# my new tattoo....  ouch!



## allie02044 (Jun 4, 2005)

yeah, it hurt. lol






the turtle was already there, so i just had my tattoo artist friend do the wave-things for me... we're gonna add some more somethin eventually...


----------



## Crazy Girly (Jun 4, 2005)

That looks so great!I want to have a tatoo...


----------



## bubbley_bubby (Jun 4, 2005)

I like it 
	

	
	
		
		

		
		
	


	




 I just got a tattoo on my left ankle last sunday... I should post a pic too 
	

	
	
		
		

		
		
	


	




I really like tattoos on feet


----------



## schnebbles (Jun 4, 2005)

I like it too!  

And the toenail polish  8)


----------



## allie02044 (Jun 4, 2005)

Quote:

   Originally Posted by *schnebbles* 
_i like it too! 

And the toenail polish  8)_

 
thanks! -- the polish looks blurry in the pics lol    the blue is actually brighter in person... i was just looking at the pics again and think i may need to take more lol


----------



## VaJenna (Jun 4, 2005)

*tops of the feet= ouchie!*

oh man, how did the feet feel? i'm going to be getting the tops of my feet done eventually (once i start and hopefully finish my back...among others)

i've heard the tops of the feet are one of the worst places...


----------



## allie02044 (Jun 4, 2005)

*Re: tops of the feet= ouchie!*

Quote:

   Originally Posted by *VaJenna* 
_oh man, how did the feet feel? i'm going to be getting the tops of my feet done eventually (once i start and hopefully finish my back...among others)

i've heard the tops of the feet are one of the worst places..._

 
yes... my foot was BY FAR the WORST tattoo i have. -i have my back, my low low stomach, the front of my ankle, &my neck tattood...  the side of my foot was the worst. i thought it was gonna be the bone by my big toe, but that was actually the least painful.   the part where it goes down towards the arch of my foot was horrible.   ouch lol


----------



## VaJenna (Jun 4, 2005)

ahhhh hopefully it won't be so bad for me, i have my left ribs tattooed,my inner thighs, my ankles and my right hip. 

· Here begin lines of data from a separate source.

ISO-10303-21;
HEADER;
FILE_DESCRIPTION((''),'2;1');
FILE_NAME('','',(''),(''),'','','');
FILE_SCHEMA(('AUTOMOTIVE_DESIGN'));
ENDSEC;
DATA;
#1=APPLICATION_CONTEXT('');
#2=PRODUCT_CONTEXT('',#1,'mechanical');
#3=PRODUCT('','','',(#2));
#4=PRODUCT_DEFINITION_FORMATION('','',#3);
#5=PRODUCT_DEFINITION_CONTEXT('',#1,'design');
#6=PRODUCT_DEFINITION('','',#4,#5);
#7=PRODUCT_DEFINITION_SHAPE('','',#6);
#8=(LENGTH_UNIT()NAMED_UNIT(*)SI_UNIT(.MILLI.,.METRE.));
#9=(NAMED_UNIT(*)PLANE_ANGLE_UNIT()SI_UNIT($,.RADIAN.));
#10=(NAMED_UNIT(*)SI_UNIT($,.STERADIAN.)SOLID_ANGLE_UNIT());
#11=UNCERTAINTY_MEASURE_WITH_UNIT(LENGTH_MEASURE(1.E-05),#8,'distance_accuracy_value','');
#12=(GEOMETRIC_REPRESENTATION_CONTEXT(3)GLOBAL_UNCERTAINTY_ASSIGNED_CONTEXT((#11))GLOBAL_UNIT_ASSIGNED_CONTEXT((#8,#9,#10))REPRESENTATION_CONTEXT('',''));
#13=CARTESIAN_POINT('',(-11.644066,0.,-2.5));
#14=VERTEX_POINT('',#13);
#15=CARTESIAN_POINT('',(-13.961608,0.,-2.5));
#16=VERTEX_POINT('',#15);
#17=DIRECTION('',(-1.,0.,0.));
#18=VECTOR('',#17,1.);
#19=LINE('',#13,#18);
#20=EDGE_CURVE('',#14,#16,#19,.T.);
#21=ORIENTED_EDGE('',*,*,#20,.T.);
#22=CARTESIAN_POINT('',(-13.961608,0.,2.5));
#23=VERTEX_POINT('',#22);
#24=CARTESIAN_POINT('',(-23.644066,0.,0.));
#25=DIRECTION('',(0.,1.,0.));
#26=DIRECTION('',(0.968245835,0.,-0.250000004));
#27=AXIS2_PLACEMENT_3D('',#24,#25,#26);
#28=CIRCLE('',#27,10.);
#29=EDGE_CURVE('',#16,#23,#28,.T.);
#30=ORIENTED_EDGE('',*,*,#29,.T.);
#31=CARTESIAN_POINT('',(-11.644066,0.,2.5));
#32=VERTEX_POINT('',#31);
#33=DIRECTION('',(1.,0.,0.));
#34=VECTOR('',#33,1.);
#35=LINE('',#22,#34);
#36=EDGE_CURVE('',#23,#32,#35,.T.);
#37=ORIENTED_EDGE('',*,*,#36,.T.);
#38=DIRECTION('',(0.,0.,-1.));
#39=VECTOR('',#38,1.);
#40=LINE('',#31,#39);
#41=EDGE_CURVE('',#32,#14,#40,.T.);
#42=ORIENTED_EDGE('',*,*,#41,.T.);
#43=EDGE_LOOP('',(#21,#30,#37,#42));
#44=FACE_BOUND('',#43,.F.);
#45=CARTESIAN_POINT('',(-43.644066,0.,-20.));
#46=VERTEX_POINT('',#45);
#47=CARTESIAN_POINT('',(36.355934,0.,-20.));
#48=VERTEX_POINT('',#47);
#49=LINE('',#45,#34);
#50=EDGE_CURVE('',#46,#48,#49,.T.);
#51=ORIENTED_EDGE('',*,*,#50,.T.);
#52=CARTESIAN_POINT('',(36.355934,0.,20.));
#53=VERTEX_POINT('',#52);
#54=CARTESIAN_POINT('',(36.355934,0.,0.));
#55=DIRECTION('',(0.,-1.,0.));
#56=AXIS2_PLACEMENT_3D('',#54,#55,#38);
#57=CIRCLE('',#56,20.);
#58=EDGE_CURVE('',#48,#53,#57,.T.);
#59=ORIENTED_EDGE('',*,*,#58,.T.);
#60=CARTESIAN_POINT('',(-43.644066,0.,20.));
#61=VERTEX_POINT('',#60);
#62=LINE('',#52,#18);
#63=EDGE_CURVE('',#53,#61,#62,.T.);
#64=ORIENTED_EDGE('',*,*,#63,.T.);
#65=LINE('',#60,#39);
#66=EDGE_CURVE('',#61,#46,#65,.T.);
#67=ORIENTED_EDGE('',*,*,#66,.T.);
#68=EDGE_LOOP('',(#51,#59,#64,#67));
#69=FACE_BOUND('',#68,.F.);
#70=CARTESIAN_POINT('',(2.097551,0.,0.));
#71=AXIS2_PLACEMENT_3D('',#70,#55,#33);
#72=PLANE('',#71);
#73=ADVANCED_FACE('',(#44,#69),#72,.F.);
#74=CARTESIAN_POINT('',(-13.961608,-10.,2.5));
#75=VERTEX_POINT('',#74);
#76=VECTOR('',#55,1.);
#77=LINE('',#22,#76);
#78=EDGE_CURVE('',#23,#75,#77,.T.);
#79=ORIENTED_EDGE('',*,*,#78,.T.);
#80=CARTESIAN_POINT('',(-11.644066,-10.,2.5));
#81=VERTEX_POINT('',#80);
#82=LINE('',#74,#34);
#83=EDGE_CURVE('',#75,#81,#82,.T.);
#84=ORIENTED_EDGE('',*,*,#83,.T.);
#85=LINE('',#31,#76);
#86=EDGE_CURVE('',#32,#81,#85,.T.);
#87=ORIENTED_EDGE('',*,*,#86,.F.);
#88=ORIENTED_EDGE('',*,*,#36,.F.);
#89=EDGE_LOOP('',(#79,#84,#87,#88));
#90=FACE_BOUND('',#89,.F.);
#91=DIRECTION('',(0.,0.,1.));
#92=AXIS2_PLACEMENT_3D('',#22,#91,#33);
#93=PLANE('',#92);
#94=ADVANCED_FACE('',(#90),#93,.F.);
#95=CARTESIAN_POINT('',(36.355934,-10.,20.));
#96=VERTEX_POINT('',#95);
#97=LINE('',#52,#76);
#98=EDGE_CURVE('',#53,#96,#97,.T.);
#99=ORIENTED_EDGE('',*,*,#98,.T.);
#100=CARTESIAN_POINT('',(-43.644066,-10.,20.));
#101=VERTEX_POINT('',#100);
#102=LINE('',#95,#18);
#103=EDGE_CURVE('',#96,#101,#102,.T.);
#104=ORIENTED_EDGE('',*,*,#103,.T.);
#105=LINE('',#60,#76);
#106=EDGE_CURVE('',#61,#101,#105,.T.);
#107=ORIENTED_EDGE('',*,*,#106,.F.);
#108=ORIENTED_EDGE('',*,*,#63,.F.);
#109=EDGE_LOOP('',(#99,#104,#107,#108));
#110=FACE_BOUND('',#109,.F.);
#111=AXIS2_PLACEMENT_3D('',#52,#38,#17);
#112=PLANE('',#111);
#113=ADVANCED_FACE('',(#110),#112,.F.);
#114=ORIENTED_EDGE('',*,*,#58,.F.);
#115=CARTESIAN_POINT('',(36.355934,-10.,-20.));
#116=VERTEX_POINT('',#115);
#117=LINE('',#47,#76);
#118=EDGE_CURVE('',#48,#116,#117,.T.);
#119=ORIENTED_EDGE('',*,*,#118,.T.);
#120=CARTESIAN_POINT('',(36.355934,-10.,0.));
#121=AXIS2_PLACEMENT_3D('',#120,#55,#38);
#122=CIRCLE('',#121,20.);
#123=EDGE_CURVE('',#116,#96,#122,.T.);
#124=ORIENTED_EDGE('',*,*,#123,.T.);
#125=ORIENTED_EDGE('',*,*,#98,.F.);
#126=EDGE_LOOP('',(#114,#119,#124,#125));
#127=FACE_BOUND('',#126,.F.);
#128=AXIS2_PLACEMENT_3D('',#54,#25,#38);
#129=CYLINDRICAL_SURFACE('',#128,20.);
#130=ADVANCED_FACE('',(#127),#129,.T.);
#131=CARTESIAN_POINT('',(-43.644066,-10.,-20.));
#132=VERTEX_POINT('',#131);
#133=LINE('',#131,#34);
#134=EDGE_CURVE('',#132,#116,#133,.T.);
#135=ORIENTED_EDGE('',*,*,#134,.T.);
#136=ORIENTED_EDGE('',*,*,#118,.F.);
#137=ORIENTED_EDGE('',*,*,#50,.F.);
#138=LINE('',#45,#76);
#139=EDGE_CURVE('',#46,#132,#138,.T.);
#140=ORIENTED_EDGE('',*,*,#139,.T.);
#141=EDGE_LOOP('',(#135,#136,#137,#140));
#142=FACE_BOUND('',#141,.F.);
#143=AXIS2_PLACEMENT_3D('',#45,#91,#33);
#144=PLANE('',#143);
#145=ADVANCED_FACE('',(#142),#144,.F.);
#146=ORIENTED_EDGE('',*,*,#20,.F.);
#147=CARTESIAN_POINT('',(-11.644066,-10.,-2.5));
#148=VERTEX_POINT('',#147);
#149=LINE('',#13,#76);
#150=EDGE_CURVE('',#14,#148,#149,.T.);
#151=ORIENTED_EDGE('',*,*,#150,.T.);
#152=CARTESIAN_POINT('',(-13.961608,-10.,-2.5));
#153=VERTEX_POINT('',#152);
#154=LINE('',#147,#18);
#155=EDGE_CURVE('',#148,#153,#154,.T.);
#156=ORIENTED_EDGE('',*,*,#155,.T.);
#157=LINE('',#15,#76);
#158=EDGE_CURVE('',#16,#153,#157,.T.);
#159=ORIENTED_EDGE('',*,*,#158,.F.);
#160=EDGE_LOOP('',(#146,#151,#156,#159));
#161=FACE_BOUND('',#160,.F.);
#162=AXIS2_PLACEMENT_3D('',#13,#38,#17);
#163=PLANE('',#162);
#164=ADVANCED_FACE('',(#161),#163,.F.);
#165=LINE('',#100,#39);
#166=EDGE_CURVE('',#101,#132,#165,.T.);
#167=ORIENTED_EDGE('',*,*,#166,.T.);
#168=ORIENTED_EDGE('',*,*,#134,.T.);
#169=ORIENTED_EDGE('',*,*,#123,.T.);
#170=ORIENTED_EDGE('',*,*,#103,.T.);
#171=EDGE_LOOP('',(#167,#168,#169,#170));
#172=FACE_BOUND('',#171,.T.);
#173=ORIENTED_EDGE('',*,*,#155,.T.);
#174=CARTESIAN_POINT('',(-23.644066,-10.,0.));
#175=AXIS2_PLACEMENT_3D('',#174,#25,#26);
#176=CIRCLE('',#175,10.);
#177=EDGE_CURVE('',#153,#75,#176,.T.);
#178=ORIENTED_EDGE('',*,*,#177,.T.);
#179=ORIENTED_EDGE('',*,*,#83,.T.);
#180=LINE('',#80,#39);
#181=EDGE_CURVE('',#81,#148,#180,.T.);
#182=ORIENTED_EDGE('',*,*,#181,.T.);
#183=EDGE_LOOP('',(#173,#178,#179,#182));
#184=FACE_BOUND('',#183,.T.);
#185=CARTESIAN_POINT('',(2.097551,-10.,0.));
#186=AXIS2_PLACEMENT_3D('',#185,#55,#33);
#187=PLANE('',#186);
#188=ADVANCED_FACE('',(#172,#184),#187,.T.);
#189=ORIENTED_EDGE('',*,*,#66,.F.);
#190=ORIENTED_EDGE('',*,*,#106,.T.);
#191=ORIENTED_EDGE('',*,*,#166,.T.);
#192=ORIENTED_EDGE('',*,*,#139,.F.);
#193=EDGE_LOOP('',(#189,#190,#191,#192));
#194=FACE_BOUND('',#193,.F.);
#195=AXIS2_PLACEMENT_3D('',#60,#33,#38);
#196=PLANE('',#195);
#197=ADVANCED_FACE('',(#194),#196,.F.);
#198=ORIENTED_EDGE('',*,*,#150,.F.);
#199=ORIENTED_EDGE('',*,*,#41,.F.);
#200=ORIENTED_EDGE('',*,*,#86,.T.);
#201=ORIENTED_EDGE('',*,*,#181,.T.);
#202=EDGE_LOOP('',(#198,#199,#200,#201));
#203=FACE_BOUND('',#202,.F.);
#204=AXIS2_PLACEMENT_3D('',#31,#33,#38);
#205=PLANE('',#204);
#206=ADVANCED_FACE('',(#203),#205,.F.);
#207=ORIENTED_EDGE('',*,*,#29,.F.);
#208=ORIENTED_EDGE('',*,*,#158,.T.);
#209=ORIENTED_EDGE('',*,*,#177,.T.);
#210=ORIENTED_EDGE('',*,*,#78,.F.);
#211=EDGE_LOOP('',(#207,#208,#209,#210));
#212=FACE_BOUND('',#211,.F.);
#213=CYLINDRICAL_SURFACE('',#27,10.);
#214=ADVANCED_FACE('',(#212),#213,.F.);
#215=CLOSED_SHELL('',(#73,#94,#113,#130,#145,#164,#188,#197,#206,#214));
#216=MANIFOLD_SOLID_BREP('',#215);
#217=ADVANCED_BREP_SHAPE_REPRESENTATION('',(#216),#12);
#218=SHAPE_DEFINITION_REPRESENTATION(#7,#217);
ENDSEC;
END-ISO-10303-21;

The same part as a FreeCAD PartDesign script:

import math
import FreeCAD as App
import Part
import Sketcher
from FreeCAD import Vector

doc = App.newDocument("Part")
body = doc.addObject("PartDesign::Body", "Body")

# Sketch on XZ plane
sketch1 = doc.addObject("Sketcher::SketchObject", "Sketch")
body.addObject(sketch1)
sketch1.AttachmentSupport = (doc.XZ_Plane, [""])
sketch1.MapMode = "FlatFace"
sketch1.addGeometry([
    Part.LineSegment(Vector(36.4, 20, 0), Vector(-43.6, 20, 0)),  # 0
    Part.LineSegment(Vector(-43.6, 20, 0), Vector(-43.6, -20, 0)),  # 1
    Part.LineSegment(Vector(-43.6, -20, 0), Vector(36.4, -20, 0)),  # 2
    Part.ArcOfCircle(Part.Circle(Vector(36.4, 0, 0), Vector(0, 0, 1), 20), math.radians(-90), math.radians(90)),  # 3
    Part.LineSegment(Vector(-11.6, -2.5, 0), Vector(-14, -2.5, 0)),  # 4
    Part.ArcOfCircle(Part.Circle(Vector(-23.6, 0, 0), Vector(0, 0, 1), 10), math.radians(14), math.radians(346)),  # 5
    Part.LineSegment(Vector(-14, 2.5, 0), Vector(-11.6, 2.5, 0)),  # 6
    Part.LineSegment(Vector(-11.6, 2.5, 0), Vector(-11.6, -2.5, 0)),  # 7
], False)
sketch1.addConstraint([
    Sketcher.Constraint("Coincident", 0, 2, 1, 1),
    Sketcher.Constraint("Coincident", 1, 2, 2, 1),
    Sketcher.Constraint("Tangent", 2, 2, 3, 1),
    Sketcher.Constraint("Tangent", 3, 2, 0, 1),
    Sketcher.Constraint("Coincident", 4, 2, 5, 2),
    Sketcher.Constraint("Coincident", 5, 1, 6, 1),
    Sketcher.Constraint("Coincident", 6, 2, 7, 1),
    Sketcher.Constraint("Coincident", 7, 2, 4, 1),
    Sketcher.Constraint("Horizontal", 0),
    Sketcher.Constraint("Vertical", 1),
    Sketcher.Constraint("Horizontal", 2),
    Sketcher.Constraint("Horizontal", 4),
    Sketcher.Constraint("Horizontal", 6),
    Sketcher.Constraint("Vertical", 7),
    Sketcher.Constraint("Symmetric", 4, 2, 5, 1, -1),
    Sketcher.Constraint("PointOnObject", 3, 3, -1),
    Sketcher.Constraint("Radius", 3, 20.0),
    Sketcher.Constraint("Radius", 5, 10.0),
    Sketcher.Constraint("DistanceX", 0, 2, 0, 1, 80.0),
    Sketcher.Constraint("DistanceY", 7, 2, 7, 1, 5.0),
    Sketcher.Constraint("DistanceX", 5, 3, 3, 3, 60.0),
    Sketcher.Constraint("DistanceX", 5, 3, 6, 2, 12.0),
    Sketcher.Constraint("DistanceX", 5, 1, -1, 1, 13.961608),
])
pad1 = doc.addObject("PartDesign::Pad", "Pad")
body.addObject(pad1)
pad1.Profile = sketch1
pad1.Length = 10

doc.recompute()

tattoos are addicting, i love it. 

i'm excited to get my feet though.


----------



## allie02044 (Jun 4, 2005)

ahhhhh   ribs!!!   the tattoo on my stomach goes right to my hip bones, i cant imagine doing my ribs. gaahhh.   yeah im sure the feet will be nothin' for you!!!!


----------



## VaJenna (Jun 4, 2005)

here's what i have on my ribs. 
and yeah, it was the most painful thing ive experienced. although i'd do it again, i still wouldnt like it. 

four hours later....


----------



## littlemakeupboy (Jun 5, 2005)

i started my chest piece last night


----------



## VaJenna (Jun 5, 2005)

chestpieces are love 

i want my back started NOW.


----------



## littlemakeupboy (Jun 5, 2005)

Quote:

   Originally Posted by *VaJenna* 
_chestpieces are love 

i want my back started NOW._

 
yes they are,they are definatley hot

what do you want on your back?


----------



## VaJenna (Jun 5, 2005)

i'm getting two pretty abstract birds that my friend drew in highschool perched on top of really simplistic cherry blossoms (no black outline on the flowers, just the pinky colors and stuff) and hten the word love in girly  font on my left side underneath the cherry blossoms and the word life all graffitti style on the other side. 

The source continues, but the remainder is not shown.